> [SUPPLIED RECORDS]
╔══
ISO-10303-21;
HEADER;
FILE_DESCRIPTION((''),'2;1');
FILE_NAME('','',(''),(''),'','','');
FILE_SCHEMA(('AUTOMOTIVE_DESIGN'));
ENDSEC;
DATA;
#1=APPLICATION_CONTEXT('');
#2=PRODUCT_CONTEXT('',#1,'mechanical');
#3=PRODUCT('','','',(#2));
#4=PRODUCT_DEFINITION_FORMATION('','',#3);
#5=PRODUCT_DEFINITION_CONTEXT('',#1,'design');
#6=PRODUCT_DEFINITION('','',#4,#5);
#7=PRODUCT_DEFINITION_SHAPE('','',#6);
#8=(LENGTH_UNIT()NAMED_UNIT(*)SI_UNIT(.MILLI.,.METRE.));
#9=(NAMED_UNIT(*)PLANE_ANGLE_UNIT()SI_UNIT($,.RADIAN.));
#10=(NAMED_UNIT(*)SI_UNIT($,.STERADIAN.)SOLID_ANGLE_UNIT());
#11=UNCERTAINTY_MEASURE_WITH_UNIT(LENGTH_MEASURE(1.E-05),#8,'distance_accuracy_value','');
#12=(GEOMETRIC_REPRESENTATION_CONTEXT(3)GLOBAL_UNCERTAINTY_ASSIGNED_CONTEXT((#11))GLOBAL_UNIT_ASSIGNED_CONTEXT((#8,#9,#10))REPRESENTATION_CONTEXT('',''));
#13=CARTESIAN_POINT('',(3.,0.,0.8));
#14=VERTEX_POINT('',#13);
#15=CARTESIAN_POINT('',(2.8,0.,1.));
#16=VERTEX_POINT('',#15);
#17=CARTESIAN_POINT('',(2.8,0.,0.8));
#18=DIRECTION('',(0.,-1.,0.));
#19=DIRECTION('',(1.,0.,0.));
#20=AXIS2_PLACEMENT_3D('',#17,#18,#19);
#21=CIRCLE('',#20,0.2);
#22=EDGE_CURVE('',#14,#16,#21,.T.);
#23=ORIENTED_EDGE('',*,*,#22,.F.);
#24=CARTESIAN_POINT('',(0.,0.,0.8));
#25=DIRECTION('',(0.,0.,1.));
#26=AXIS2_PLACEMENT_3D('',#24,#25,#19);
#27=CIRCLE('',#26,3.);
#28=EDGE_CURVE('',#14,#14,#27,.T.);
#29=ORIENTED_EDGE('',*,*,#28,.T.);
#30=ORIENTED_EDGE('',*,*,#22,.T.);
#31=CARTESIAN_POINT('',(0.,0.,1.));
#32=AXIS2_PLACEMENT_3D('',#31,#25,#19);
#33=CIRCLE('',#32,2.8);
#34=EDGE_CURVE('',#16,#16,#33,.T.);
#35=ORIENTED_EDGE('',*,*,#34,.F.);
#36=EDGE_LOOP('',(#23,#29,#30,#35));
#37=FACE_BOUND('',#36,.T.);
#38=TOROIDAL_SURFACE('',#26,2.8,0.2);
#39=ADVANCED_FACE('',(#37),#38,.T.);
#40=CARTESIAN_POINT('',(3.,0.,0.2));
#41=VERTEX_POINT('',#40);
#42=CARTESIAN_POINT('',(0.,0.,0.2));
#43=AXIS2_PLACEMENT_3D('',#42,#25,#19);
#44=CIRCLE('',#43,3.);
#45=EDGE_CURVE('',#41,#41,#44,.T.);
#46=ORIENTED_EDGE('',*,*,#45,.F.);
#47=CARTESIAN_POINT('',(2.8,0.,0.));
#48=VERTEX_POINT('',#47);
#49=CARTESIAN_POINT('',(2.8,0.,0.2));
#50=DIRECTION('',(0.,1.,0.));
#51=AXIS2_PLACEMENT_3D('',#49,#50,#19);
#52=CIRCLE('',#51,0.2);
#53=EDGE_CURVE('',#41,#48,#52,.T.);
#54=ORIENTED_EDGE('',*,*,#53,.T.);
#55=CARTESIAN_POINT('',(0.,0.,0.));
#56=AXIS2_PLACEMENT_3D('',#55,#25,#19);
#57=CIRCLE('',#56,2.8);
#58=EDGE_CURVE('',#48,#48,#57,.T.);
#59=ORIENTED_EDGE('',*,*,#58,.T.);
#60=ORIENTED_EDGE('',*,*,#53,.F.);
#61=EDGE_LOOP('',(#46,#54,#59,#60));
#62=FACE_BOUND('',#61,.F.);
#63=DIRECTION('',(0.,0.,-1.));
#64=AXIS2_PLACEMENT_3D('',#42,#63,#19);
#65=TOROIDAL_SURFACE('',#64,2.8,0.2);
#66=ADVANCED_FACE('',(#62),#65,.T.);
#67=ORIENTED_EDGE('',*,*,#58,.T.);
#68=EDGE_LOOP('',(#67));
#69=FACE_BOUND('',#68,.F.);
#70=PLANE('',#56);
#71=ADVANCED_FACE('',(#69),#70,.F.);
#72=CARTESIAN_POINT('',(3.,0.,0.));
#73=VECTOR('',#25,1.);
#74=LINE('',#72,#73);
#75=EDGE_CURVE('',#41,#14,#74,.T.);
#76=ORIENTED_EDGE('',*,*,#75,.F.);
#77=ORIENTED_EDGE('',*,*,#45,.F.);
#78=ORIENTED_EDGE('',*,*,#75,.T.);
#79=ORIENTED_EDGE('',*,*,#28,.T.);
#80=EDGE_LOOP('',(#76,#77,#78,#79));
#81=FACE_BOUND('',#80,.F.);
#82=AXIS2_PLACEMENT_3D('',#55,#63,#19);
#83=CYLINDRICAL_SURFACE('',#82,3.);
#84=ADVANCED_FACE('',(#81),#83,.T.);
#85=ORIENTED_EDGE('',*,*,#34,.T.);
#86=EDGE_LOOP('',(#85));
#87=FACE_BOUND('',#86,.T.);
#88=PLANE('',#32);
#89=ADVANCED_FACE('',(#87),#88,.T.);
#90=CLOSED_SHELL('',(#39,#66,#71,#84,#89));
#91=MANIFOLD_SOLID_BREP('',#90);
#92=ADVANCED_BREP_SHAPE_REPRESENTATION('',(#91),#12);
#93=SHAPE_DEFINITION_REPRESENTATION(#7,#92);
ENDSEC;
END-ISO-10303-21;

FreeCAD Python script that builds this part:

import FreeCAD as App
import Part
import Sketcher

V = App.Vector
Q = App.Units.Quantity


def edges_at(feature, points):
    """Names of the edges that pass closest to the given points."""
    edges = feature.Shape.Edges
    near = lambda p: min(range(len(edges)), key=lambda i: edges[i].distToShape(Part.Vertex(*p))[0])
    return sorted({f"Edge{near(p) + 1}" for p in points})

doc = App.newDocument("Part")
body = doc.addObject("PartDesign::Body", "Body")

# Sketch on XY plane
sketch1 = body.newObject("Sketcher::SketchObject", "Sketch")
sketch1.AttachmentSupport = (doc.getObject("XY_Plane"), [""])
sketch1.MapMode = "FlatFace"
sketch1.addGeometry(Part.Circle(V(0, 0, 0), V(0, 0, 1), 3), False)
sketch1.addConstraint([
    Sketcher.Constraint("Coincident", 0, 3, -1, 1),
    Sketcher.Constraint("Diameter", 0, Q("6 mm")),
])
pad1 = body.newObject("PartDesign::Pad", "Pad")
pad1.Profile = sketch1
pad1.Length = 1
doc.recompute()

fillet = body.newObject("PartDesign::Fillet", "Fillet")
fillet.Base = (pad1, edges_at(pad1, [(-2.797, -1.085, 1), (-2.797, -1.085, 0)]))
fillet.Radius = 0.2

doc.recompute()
╚══
╔══
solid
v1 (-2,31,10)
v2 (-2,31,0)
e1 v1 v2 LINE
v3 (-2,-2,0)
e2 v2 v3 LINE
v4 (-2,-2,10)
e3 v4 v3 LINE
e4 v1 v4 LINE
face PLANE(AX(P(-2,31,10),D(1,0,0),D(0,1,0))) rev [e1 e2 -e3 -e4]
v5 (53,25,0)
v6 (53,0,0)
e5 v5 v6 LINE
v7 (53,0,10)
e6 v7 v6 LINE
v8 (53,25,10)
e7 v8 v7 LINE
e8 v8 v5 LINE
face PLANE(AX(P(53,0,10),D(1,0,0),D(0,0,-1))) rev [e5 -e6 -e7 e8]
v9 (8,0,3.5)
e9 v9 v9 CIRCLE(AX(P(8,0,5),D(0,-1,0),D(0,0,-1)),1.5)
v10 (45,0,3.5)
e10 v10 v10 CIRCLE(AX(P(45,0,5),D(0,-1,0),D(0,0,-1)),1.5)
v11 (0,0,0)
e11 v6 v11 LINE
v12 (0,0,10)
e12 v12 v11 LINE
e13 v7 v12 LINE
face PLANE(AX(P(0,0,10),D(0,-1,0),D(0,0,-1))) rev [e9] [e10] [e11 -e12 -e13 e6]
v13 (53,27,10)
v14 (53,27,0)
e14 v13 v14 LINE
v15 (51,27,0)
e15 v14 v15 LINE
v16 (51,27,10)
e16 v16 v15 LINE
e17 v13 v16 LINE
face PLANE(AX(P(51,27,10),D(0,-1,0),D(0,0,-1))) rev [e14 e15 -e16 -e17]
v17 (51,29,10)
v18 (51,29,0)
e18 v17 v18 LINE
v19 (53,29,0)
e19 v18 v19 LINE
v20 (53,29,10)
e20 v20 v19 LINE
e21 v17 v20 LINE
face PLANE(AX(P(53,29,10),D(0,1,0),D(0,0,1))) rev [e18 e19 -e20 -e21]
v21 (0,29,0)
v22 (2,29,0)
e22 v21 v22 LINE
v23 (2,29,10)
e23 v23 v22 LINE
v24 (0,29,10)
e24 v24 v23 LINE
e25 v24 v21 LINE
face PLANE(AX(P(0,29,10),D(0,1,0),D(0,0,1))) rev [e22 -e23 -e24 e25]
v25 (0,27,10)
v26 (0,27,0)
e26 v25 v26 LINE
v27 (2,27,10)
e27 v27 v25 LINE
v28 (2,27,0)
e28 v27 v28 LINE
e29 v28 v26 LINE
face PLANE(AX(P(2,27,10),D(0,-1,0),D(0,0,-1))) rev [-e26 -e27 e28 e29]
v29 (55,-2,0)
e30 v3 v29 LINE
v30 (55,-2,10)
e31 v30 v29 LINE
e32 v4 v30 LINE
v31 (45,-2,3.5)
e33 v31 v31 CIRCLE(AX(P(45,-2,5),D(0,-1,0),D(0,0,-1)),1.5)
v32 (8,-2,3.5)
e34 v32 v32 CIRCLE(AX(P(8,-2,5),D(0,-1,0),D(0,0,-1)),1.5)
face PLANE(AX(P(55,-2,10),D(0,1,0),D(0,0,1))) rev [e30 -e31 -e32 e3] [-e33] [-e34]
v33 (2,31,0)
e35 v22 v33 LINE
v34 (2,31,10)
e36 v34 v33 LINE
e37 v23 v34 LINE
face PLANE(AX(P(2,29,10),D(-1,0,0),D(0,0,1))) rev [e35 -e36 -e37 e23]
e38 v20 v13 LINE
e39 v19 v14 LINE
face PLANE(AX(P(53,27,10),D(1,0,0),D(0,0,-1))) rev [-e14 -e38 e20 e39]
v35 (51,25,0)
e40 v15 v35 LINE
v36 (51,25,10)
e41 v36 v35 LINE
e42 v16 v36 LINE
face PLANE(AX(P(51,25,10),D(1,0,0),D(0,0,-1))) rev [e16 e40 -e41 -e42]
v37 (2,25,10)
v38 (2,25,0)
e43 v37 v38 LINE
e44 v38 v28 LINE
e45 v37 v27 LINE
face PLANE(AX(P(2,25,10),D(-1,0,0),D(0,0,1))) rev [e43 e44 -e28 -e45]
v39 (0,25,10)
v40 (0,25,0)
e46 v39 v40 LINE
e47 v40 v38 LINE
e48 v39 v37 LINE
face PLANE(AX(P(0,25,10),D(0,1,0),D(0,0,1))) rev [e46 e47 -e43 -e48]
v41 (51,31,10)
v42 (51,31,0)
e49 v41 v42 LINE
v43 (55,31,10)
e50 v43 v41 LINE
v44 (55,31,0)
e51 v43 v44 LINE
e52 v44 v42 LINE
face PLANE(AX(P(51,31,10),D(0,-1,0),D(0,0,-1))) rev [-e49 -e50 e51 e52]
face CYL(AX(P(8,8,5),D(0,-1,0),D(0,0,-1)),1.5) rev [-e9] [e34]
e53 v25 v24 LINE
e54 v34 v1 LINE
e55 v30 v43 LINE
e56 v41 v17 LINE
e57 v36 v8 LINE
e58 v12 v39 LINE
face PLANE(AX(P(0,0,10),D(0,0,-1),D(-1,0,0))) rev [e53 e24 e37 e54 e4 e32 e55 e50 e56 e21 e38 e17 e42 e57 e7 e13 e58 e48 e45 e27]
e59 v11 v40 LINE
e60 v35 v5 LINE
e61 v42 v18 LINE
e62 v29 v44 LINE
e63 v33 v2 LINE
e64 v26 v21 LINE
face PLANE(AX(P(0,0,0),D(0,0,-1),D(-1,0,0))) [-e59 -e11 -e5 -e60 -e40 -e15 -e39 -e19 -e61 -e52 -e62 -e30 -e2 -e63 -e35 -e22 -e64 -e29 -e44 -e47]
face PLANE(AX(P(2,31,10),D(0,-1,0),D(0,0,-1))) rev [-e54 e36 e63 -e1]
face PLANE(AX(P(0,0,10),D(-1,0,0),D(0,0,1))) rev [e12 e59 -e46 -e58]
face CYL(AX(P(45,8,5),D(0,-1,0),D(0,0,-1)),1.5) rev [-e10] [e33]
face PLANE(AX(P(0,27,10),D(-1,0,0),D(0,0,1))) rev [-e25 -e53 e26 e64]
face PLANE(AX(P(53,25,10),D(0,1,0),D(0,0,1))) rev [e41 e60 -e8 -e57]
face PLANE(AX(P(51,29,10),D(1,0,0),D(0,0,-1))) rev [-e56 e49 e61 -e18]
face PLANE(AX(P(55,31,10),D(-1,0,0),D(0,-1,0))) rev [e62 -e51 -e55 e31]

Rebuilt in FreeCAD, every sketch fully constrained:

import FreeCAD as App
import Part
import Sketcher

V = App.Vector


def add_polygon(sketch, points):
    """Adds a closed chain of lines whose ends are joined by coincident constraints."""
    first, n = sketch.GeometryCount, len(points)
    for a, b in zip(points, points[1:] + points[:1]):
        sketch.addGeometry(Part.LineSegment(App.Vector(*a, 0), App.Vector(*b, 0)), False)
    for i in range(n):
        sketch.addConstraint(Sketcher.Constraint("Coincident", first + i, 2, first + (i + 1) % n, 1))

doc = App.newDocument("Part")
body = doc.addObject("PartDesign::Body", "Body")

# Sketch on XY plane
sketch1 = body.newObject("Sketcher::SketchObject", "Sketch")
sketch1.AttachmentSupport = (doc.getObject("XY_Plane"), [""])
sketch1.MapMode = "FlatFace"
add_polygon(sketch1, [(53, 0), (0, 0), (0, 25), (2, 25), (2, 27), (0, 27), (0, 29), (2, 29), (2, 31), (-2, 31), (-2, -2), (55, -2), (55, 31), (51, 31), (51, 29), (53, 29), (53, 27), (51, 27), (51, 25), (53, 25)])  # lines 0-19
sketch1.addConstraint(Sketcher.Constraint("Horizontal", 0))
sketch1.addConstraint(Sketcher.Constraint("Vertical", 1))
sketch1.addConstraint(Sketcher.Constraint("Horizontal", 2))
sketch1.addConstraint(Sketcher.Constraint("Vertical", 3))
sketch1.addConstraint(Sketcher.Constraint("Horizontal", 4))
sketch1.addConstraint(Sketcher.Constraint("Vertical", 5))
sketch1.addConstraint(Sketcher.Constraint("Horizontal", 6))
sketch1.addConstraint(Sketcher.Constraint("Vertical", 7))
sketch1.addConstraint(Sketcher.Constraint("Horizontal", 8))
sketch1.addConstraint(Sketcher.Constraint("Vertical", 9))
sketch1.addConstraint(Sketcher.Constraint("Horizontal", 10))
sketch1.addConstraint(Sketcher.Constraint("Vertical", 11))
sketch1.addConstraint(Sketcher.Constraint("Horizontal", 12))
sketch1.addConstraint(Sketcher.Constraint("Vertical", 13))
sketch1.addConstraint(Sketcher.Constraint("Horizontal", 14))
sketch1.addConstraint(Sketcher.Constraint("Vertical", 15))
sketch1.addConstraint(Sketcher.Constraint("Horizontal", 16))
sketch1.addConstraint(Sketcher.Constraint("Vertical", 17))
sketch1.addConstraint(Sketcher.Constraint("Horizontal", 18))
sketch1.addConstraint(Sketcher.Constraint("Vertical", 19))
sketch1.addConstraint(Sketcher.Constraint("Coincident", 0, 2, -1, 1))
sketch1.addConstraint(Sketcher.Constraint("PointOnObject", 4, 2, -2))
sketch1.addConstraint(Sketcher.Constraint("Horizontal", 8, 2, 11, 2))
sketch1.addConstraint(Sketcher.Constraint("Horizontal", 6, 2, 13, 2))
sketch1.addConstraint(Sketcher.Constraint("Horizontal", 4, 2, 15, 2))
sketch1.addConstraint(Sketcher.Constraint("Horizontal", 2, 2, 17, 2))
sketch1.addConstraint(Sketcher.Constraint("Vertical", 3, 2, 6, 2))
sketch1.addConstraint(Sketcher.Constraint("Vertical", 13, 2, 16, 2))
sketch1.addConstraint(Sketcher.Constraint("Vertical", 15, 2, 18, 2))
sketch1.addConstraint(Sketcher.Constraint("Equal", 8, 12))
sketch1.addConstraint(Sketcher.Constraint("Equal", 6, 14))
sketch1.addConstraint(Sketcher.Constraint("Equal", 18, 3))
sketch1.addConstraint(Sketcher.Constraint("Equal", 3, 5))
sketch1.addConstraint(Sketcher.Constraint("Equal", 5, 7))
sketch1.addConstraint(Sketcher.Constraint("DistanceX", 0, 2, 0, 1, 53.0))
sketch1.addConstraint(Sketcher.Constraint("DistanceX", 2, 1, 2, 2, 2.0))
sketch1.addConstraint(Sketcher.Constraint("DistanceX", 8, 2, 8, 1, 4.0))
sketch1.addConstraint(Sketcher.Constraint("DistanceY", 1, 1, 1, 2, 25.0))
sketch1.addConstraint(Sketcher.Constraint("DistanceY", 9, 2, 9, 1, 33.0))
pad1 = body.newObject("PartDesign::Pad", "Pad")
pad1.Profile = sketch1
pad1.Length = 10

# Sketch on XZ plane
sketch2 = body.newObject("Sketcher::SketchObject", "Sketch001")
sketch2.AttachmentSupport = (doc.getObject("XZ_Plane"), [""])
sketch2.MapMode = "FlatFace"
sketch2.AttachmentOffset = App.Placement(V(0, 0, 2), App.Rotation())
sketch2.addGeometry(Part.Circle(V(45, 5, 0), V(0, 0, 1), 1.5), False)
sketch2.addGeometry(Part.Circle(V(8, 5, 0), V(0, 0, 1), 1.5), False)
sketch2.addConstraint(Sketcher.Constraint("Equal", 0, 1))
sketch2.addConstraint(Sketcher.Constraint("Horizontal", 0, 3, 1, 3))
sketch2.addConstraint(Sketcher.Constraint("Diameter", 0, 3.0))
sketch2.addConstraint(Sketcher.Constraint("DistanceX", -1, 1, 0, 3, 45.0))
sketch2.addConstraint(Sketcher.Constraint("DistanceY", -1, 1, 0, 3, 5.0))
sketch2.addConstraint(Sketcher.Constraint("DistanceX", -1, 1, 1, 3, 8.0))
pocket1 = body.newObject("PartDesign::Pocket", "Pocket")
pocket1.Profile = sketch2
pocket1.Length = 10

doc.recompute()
╚══
╔══
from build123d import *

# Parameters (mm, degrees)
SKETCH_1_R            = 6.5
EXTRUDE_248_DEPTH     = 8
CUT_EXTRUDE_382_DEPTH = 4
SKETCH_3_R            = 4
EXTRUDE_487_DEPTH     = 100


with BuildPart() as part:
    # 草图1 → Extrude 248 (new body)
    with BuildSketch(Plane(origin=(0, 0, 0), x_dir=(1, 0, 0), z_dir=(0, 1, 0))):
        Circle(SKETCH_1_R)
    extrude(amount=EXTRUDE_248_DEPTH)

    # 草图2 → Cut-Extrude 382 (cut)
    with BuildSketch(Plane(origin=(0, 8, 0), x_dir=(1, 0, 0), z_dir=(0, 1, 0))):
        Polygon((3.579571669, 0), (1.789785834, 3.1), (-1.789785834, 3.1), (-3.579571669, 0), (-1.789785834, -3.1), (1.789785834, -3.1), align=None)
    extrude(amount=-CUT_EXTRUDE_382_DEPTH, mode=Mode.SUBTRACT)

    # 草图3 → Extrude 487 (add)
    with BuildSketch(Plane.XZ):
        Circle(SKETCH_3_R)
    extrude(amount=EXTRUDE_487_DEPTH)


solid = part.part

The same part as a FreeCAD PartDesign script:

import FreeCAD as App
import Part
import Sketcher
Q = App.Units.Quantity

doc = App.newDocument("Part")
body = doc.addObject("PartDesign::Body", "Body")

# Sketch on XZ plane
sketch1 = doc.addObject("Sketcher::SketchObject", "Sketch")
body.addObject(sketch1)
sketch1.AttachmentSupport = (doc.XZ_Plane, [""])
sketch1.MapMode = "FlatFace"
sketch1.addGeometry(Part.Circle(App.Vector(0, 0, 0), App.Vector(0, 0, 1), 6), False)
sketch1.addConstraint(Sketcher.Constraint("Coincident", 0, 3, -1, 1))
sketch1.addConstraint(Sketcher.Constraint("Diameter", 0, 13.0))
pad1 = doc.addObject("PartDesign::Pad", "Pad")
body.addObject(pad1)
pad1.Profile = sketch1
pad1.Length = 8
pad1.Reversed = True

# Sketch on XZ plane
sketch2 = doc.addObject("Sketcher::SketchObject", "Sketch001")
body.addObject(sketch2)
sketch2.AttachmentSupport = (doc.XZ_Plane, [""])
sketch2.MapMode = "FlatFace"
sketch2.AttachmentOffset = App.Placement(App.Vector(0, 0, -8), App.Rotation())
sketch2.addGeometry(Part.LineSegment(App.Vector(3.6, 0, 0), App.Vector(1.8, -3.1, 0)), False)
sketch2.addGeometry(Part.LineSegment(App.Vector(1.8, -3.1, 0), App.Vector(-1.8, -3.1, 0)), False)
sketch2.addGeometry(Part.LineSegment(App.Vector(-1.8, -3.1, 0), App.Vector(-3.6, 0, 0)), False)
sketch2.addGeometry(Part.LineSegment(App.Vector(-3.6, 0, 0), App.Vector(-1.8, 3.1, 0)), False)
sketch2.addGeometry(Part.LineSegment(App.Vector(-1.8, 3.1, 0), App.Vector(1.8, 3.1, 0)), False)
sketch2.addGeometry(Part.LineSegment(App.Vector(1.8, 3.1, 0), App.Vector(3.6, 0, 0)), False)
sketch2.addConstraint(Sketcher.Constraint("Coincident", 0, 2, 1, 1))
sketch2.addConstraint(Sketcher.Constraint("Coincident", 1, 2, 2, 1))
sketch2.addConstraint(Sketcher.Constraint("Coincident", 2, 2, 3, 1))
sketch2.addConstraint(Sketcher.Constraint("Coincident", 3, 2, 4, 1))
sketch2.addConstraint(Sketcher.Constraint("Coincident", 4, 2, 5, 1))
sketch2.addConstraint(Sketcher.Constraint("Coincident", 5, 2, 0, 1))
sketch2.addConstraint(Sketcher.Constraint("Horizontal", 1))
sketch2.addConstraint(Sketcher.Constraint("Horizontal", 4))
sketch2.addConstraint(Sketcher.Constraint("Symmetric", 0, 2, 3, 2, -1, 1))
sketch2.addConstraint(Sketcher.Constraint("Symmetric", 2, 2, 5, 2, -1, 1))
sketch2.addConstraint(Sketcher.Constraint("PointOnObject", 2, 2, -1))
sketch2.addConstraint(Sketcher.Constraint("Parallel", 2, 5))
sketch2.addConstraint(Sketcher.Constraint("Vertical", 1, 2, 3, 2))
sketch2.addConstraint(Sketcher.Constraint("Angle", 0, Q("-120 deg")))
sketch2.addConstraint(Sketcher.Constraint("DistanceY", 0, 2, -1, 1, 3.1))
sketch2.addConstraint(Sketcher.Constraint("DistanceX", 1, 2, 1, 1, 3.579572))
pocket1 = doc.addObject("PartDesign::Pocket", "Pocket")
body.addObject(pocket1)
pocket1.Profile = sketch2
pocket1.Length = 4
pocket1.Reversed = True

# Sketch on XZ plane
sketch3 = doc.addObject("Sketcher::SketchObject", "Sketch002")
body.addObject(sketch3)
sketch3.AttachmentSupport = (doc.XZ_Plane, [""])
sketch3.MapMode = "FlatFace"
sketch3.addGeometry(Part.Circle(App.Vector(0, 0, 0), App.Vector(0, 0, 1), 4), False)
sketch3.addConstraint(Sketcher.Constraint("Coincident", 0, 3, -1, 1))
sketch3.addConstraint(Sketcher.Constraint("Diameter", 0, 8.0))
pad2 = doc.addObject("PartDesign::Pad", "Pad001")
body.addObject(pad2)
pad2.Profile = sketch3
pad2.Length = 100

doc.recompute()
╚══
> [EXERCISE INSTRUCTIONS] Proceeding from the line containing "e6 v7 v6 LINE" through the line containing "e13 v7 v12 LINE", transcribe the lines above exactly, both end lines included.

> [ANSWER TO THIS EXERCISE]
e6 v7 v6 LINE
v8 (53,25,10)
e7 v8 v7 LINE
e8 v8 v5 LINE
face PLANE(AX(P(53,0,10),D(1,0,0),D(0,0,-1))) rev [e5 -e6 -e7 e8]
v9 (8,0,3.5)
e9 v9 v9 CIRCLE(AX(P(8,0,5),D(0,-1,0),D(0,0,-1)),1.5)
v10 (45,0,3.5)
e10 v10 v10 CIRCLE(AX(P(45,0,5),D(0,-1,0),D(0,0,-1)),1.5)
v11 (0,0,0)
e11 v6 v11 LINE
v12 (0,0,10)
e12 v12 v11 LINE
e13 v7 v12 LINE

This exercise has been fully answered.